A victm of its own community – The Red Solstice
In the universe of The Red Solstice, Earth has been abandoned and most humans now live among the stars across many colonies. In the year 117 AE (After Earth) a massive storm picks up across Mars. Though the terraforming of the planet has long been underway, the position of mars to the Sun kicks up massive global dust storms collectively called Red Solstices. If that sounds like a lot, don’t worry, we were told about it when we started the game; Every Time.
You take control of one of eight space marines that are trying to get to the root of many problems on one of the Human colonies on Mars. The problems all began when a massive Red Solstice arrived and blocked all communication and travel to this colony. If you’re thinking to yourself “I could have sworn I’ve played a Starcraft 2 Custom map like this..” then don’t worry, this game is in-fact Based on the popular map Night of the Dead from Starcraft 2 and Warcraft 3.
As always with spooky storms and Mars in Science Fiction, something goes horribly wrong and this time it isn’t the Hot Babe Queen of Mars, it’s aliens wanting to claw your face off. Nothing quite kills the mood like a meter long claw going through your ribcage. In typical ‘Aliens vs Human’ fashion, a colony goes dark during this giant storm and the lovable generic military hotshots are sent in to find out just what is going on, and they bring along a cyborg and a survivor as a guide.

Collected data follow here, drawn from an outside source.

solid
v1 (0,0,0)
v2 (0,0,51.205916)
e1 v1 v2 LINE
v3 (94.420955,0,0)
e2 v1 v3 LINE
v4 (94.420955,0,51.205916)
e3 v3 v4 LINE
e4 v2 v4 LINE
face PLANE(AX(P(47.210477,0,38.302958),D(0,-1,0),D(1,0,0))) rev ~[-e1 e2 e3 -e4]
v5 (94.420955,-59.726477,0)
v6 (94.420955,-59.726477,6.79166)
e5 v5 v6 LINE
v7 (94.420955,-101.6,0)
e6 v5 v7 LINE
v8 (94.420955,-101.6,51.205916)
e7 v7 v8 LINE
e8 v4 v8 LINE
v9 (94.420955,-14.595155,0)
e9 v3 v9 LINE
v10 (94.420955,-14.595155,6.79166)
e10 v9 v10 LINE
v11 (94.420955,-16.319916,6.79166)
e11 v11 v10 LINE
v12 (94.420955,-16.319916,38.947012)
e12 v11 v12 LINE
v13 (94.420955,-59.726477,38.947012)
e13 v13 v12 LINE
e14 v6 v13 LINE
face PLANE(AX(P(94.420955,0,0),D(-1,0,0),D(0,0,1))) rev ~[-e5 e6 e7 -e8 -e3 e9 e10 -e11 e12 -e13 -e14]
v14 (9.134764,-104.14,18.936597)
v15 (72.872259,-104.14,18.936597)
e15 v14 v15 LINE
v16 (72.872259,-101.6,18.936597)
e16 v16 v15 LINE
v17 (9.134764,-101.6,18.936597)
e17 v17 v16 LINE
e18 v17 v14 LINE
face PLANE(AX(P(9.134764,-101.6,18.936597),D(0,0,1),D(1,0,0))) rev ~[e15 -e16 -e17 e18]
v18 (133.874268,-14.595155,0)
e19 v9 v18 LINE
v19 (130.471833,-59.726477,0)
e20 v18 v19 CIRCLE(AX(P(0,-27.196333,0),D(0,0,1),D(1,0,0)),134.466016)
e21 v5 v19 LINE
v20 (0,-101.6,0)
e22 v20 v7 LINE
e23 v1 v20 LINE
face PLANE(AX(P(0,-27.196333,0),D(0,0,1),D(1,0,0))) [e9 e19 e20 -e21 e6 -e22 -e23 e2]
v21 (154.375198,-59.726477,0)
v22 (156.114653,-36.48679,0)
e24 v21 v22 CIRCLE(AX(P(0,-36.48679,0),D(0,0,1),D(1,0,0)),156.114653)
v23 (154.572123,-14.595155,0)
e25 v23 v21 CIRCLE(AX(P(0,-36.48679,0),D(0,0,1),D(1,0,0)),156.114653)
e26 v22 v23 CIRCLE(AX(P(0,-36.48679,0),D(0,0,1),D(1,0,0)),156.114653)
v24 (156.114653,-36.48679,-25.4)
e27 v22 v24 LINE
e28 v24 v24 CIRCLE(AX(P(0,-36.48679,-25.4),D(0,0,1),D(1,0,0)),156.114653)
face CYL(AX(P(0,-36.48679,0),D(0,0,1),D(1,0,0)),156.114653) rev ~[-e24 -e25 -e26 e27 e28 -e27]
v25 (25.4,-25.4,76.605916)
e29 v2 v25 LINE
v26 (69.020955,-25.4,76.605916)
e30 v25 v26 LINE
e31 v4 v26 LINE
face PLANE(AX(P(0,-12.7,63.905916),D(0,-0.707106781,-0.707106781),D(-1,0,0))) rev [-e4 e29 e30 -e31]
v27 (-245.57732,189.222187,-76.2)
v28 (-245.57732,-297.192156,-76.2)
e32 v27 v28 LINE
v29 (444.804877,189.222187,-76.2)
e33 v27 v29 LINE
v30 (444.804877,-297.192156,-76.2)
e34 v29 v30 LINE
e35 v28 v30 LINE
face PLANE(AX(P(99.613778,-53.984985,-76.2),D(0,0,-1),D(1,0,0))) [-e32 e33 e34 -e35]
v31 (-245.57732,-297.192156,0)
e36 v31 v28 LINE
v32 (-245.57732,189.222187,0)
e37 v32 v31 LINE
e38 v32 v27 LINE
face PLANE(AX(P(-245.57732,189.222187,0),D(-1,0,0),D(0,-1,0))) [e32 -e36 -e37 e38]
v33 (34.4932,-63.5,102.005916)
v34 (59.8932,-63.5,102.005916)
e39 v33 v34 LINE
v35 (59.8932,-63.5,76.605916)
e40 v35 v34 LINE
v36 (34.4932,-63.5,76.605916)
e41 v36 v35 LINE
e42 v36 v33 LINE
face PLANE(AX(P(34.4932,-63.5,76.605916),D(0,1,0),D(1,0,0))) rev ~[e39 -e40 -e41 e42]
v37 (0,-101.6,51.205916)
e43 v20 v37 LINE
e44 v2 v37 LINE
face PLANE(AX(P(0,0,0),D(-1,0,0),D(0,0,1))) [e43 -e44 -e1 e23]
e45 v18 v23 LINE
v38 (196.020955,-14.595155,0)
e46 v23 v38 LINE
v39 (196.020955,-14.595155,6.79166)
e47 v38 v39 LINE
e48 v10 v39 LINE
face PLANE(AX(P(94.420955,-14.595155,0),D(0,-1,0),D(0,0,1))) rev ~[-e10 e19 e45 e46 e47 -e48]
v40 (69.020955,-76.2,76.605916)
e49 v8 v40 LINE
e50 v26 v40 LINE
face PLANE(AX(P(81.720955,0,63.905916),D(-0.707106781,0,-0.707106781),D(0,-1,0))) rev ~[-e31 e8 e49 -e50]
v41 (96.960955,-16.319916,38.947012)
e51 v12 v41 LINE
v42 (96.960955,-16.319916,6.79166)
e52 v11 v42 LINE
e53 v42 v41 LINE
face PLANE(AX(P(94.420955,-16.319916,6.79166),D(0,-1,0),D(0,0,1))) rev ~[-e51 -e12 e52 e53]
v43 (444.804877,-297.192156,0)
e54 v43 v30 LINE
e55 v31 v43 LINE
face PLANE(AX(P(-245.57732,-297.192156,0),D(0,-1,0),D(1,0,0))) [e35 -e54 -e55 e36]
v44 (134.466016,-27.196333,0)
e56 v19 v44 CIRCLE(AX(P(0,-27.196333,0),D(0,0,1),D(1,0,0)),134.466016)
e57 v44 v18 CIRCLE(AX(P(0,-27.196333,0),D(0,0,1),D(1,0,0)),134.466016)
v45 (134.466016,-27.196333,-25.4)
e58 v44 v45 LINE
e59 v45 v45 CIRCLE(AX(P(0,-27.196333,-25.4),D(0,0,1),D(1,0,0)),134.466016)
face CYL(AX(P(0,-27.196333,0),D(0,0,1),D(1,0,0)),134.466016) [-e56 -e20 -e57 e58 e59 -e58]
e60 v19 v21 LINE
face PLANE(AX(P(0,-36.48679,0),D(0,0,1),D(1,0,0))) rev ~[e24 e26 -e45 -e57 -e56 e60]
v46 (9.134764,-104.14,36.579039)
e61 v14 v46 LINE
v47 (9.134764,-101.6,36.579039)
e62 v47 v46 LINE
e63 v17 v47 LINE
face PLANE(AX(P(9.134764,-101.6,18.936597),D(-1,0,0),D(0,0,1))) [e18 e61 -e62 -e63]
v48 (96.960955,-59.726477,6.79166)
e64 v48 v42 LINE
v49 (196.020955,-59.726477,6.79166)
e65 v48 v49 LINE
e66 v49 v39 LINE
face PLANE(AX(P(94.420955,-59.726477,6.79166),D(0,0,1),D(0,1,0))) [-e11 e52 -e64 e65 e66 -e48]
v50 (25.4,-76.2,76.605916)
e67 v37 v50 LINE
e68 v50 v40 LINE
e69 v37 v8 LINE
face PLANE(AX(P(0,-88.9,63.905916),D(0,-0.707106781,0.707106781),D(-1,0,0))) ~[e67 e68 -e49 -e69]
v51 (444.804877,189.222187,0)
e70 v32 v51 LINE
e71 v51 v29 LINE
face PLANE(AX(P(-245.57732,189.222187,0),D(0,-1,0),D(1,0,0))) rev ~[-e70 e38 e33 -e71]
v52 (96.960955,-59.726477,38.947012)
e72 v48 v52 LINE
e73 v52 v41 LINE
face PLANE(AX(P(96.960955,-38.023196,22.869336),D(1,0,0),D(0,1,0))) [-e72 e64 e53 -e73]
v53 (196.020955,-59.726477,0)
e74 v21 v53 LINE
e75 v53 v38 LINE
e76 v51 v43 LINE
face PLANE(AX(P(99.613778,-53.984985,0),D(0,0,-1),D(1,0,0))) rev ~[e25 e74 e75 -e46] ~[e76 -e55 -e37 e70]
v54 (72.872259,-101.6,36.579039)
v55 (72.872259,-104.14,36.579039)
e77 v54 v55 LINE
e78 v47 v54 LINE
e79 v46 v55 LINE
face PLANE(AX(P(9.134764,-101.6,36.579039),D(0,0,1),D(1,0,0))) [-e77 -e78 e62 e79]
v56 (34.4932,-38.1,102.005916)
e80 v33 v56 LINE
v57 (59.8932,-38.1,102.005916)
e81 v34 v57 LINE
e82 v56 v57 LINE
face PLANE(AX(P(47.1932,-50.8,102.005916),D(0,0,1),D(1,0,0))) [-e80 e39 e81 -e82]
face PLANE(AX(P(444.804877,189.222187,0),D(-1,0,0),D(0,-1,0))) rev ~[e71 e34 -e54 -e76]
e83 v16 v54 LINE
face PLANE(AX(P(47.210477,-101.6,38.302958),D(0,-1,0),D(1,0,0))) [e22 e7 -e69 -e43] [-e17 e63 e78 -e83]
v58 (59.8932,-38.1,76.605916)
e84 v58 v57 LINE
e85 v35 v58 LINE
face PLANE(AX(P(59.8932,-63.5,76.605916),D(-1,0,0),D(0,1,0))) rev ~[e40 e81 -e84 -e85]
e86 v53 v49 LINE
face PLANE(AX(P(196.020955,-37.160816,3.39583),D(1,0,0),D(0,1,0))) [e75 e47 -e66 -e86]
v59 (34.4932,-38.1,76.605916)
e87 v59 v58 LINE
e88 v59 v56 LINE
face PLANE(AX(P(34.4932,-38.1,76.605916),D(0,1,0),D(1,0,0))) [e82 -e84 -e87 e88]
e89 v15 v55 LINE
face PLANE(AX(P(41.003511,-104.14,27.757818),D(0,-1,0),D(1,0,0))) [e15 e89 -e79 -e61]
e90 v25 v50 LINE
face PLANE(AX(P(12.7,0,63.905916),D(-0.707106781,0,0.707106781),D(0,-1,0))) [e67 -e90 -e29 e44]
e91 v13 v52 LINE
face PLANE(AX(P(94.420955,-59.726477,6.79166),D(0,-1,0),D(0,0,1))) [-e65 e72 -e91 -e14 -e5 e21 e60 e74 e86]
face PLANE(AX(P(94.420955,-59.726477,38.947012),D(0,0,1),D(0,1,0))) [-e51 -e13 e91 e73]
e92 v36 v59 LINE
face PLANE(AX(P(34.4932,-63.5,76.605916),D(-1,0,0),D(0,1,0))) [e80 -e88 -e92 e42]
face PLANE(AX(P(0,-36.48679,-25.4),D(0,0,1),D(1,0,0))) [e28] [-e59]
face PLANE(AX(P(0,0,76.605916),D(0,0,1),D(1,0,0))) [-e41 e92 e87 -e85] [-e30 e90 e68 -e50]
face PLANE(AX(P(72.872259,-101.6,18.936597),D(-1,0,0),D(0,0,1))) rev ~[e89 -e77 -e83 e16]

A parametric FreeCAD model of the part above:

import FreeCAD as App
import Part
import Sketcher

V = App.Vector
Q = App.Units.Quantity


def edges_at(feature, points):
    """Names of the edges that pass closest to the given points."""
    edges = feature.Shape.Edges
    near = lambda p: min(range(len(edges)), key=lambda i: edges[i].distToShape(Part.Vertex(*p))[0])
    return sorted({f"Edge{near(p) + 1}" for p in points})

doc = App.newDocument("Part")
body = doc.addObject("PartDesign::Body", "Body")

# Sketch on XZ plane
sketch1 = body.newObject("Sketcher::SketchObject", "Sketch")
sketch1.AttachmentSupport = (doc.getObject("XZ_Plane"), [""])
sketch1.MapMode = "FlatFace"
sketch1.addGeometry(Part.LineSegment(V(0, 77, 0), V(0, 0, 0)), False)
sketch1.addGeometry(Part.LineSegment(V(0, 0, 0), V(94, 0, 0)), False)
sketch1.addGeometry(Part.LineSegment(V(94, 0, 0), V(94, 77, 0)), False)
sketch1.addGeometry(Part.LineSegment(V(94, 77, 0), V(0, 77, 0)), False)
sketch1.addConstraint(Sketcher.Constraint("Coincident", 0, 2, 1, 1))
sketch1.addConstraint(Sketcher.Constraint("Coincident", 1, 2, 2, 1))
sketch1.addConstraint(Sketcher.Constraint("Coincident", 2, 2, 3, 1))
sketch1.addConstraint(Sketcher.Constraint("Coincident", 3, 2, 0, 1))
sketch1.addConstraint(Sketcher.Constraint("Vertical", 0))
sketch1.addConstraint(Sketcher.Constraint("Horizontal", 1))
sketch1.addConstraint(Sketcher.Constraint("Vertical", 2))
sketch1.addConstraint(Sketcher.Constraint("Horizontal", 3))
sketch1.addConstraint(Sketcher.Constraint("Coincident", 0, 2, -1, 1))
sketch1.addConstraint(Sketcher.Constraint("DistanceX", 1, 1, 1, 2, 94.420955))
sketch1.addConstraint(Sketcher.Constraint("DistanceY", 0, 2, 0, 1, 76.605916))
pad1 = body.newObject("PartDesign::Pad", "Pad")
pad1.Profile = sketch1
pad1.Length = Q("4 in")
doc.recompute()

chamfer = body.newObject("PartDesign::Chamfer", "Chamfer")
chamfer.Base = (pad1, edges_at(pad1, [
    (94.421, -50.8, 76.606),
    (0, -50.8, 76.606),
    (47.21, 0, 76.606),
    (47.21, -101.6, 76.606),
]))
chamfer.Size = Q("1 in")

# Sketch on XY plane
sketch2 = body.newObject("Sketcher::SketchObject", "Sketch001")
sketch2.AttachmentSupport = (doc.getObject("XY_Plane"), [""])
sketch2.MapMode = "FlatFace"
sketch2.AttachmentOffset = App.Placement(V(0, 0, 76.605916), App.Rotation())
sketch2.addGeometry(Part.LineSegment(V(34, -38, 0), V(34, -64, 0)), False)
sketch2.addGeometry(Part.LineSegment(V(34, -64, 0), V(60, -64, 0)), False)
sketch2.addGeometry(Part.LineSegment(V(60, -64, 0), V(60, -38, 0)), False)
sketch2.addGeometry(Part.LineSegment(V(60, -38, 0), V(34, -38, 0)), False)
sketch2.addConstraint(Sketcher.Constraint("Coincident", 0, 2, 1, 1))
sketch2.addConstraint(Sketcher.Constraint("Coincident", 1, 2, 2, 1))
sketch2.addConstraint(Sketcher.Constraint("Coincident", 2, 2, 3, 1))
sketch2.addConstraint(Sketcher.Constraint("Coincident", 3, 2, 0, 1))
sketch2.addConstraint(Sketcher.Constraint("Vertical", 0))
sketch2.addConstraint(Sketcher.Constraint("Horizontal", 1))
sketch2.addConstraint(Sketcher.Constraint("Vertical", 2))
sketch2.addConstraint(Sketcher.Constraint("Horizontal", 3))
sketch2.addConstraint(Sketcher.Constraint("Equal", 3, 0))
sketch2.addConstraint(Sketcher.Constraint("DistanceX", 1, 1, 1, 2, Q("1 in")))
sketch2.addConstraint(Sketcher.Constraint("DistanceY", 0, 2, -1, 1, Q("2.5 in")))
sketch2.addConstraint(Sketcher.Constraint("DistanceX", -1, 1, 0, 2, Q("1.358 in")))
pad2 = body.newObject("PartDesign::Pad", "Pad001")
pad2.Profile = sketch2
pad2.Length = Q("1 in")

# Sketch on YZ plane
sketch3 = body.newObject("Sketcher::SketchObject", "Sketch002")
sketch3.AttachmentSupport = (doc.getObject("YZ_Plane"), [""])
sketch3.MapMode = "FlatFace"
sketch3.AttachmentOffset = App.Placement(V(0, 0, 94.420955), App.Rotation())
sketch3.addGeometry(Part.LineSegment(V(-60, 7, 0), V(-60, 0, 0)), False)
sketch3.addGeometry(Part.LineSegment(V(-60, 0, 0), V(-15, 0, 0)), False)
sketch3.addGeometry(Part.LineSegment(V(-15, 0, 0), V(-15, 7, 0)), False)
sketch3.addGeometry(Part.LineSegment(V(-15, 7, 0), V(-60, 7, 0)), False)
sketch3.addConstraint(Sketcher.Constraint("Coincident", 0, 2, 1, 1))
sketch3.addConstraint(Sketcher.Constraint("Coincident", 1, 2, 2, 1))
sketch3.addConstraint(Sketcher.Constraint("Coincident", 2, 2, 3, 1))
sketch3.addConstraint(Sketcher.Constraint("Coincident", 3, 2, 0, 1))
sketch3.addConstraint(Sketcher.Constraint("Vertical", 0))
sketch3.addConstraint(Sketcher.Constraint("Horizontal", 1))
sketch3.addConstraint(Sketcher.Constraint("Vertical", 2))
sketch3.addConstraint(Sketcher.Constraint("Horizontal", 3))
sketch3.addConstraint(Sketcher.Constraint("PointOnObject", 0, 2, -1))
sketch3.addConstraint(Sketcher.Constraint("DistanceX", 1, 1, 1, 2, 45.131322))
sketch3.addConstraint(Sketcher.Constraint("DistanceY", 0, 2, 0, 1, 6.79166))
sketch3.addConstraint(Sketcher.Constraint("DistanceX", 0, 2, -1, 1, 59.726477))
pad3 = body.newObject("PartDesign::Pad", "Pad002")
pad3.Profile = sketch3
pad3.Length = Q("4 in")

It isn’t really fair to judge Red Solstice’s online play since we haven’t been able to get into a single online session. It wasn’t due to poor server networking or inability to get online, it was the community. The Red Solstice’s community, in our books, ranks up there right beside the League of Legends and DOTA 2 with how welcoming they are to newer players. At the mere sight of our bright ‘Rank 1’ beside our name we were promptly called ‘Noobs’ and told to ‘Uninstall the game’ and unceremoniously kicked from a lobby of three of a possible eight people. Our thoughts were that perhaps we should just try another lobby, except we ran into one little problem; there weren’t any other lobbies.
The Red Solstice made waves with its Kickstarter campaign where they earned $60,835, with a goal of $50,000. With some Kickstarters hitting it in the millions this may not seem much, but for such a small-scale game and small Croatian development team, it seemed achievable. After their kickstarter ended Ironward made their way to the Steam Greenlight where their game got many comments on how excited players were for Red Solstice and so we were legitimately confused as to how a game with so much hype is floundering a mere 2 months after it went into ‘Early Access’ on Steam.
After investigating further on the Steam Forums we found our answer; The community is pure toxicity. The forums are filled with players from both spectrums, many simply wondering why the game is practically dead. They get their answers with responses that come from what we can only believe to be twelve year-olds who have discovered how to type and curse. There are some who try to push other players to be more accepting of new players, but we as gamers know, the kind of toxic players that fill League of Legends games aren’t going to change over some nice words.
We at Critical Indie Gamer are not saying that a difficult game is bad. It’s when those ‘top-tier’ players control the first impression of the game that all new players will have that we will not recommend your game and instead recommend that our readers avoid your game like a plague. These individuals have made this game only have negative experiences and until the Developers at Ironward change something it will continue to chase away valuable new players for what is already a dying community. As of now, a new player of Red Solstice would only be greeted by harsh criticisms before he would even begin playing the game, and so the question has to be asked, ‘Why even play this game?’
Many games are renowned for just how difficult they are. Some examples would be the first Castlevania, or Demon’s Souls. These games have something in common, you didn’t need to depend on other players to advance in the game. Billy derping around or Franklin rushing ahead with his ‘pro-strats’ he keeps mumbling about wasn’t a factor in those games. In Red Solstice it is, and that’s actually a reason people were excited to play the game.
As time went on, however the ‘Pro-Strats’ crowd began having more of an impact, instead of Billy who can only play a couple hours a day. The game started to be harder and harder and when Billy came back, the game wasn’t what he played previously, he couldn’t keep up and when he asks for help he is insulted and kicked from lobby after lobby. The small, judging, and leper-like community chooses to take it upon themselves to purge and try and root out what they deem ‘Worthless” players. It is up to the Development team and their Moderators to push their community in a more open and welcoming way of thinking and to give new players ways to punish and at least speak out against these elitist level players.
The Red Solstice should be a warning to other development teams of the caution and action that needs to be taken when your game has an overwhelmingly toxic community. These players should be put on wanted posters and rooted out before they can strangle a community as they have in Red Solstice. Once they are there, the Moderators and Developers should do their damned hardest to make them leave. Ironward, these players are killing your game and it may already be too late but something needs to be done if you have any dreams of RS becoming a hit on Steam.
Our recommendation for any who want to still try The Red Solstice is to just buy Starcraft 2 for just a little more and you will have a much better version on the Custom Maps with Night of the Dead. At 14.99£ the Red Solstice isn’t a product we can recommend. A game relying on the community to play cannot work if the community is toxic.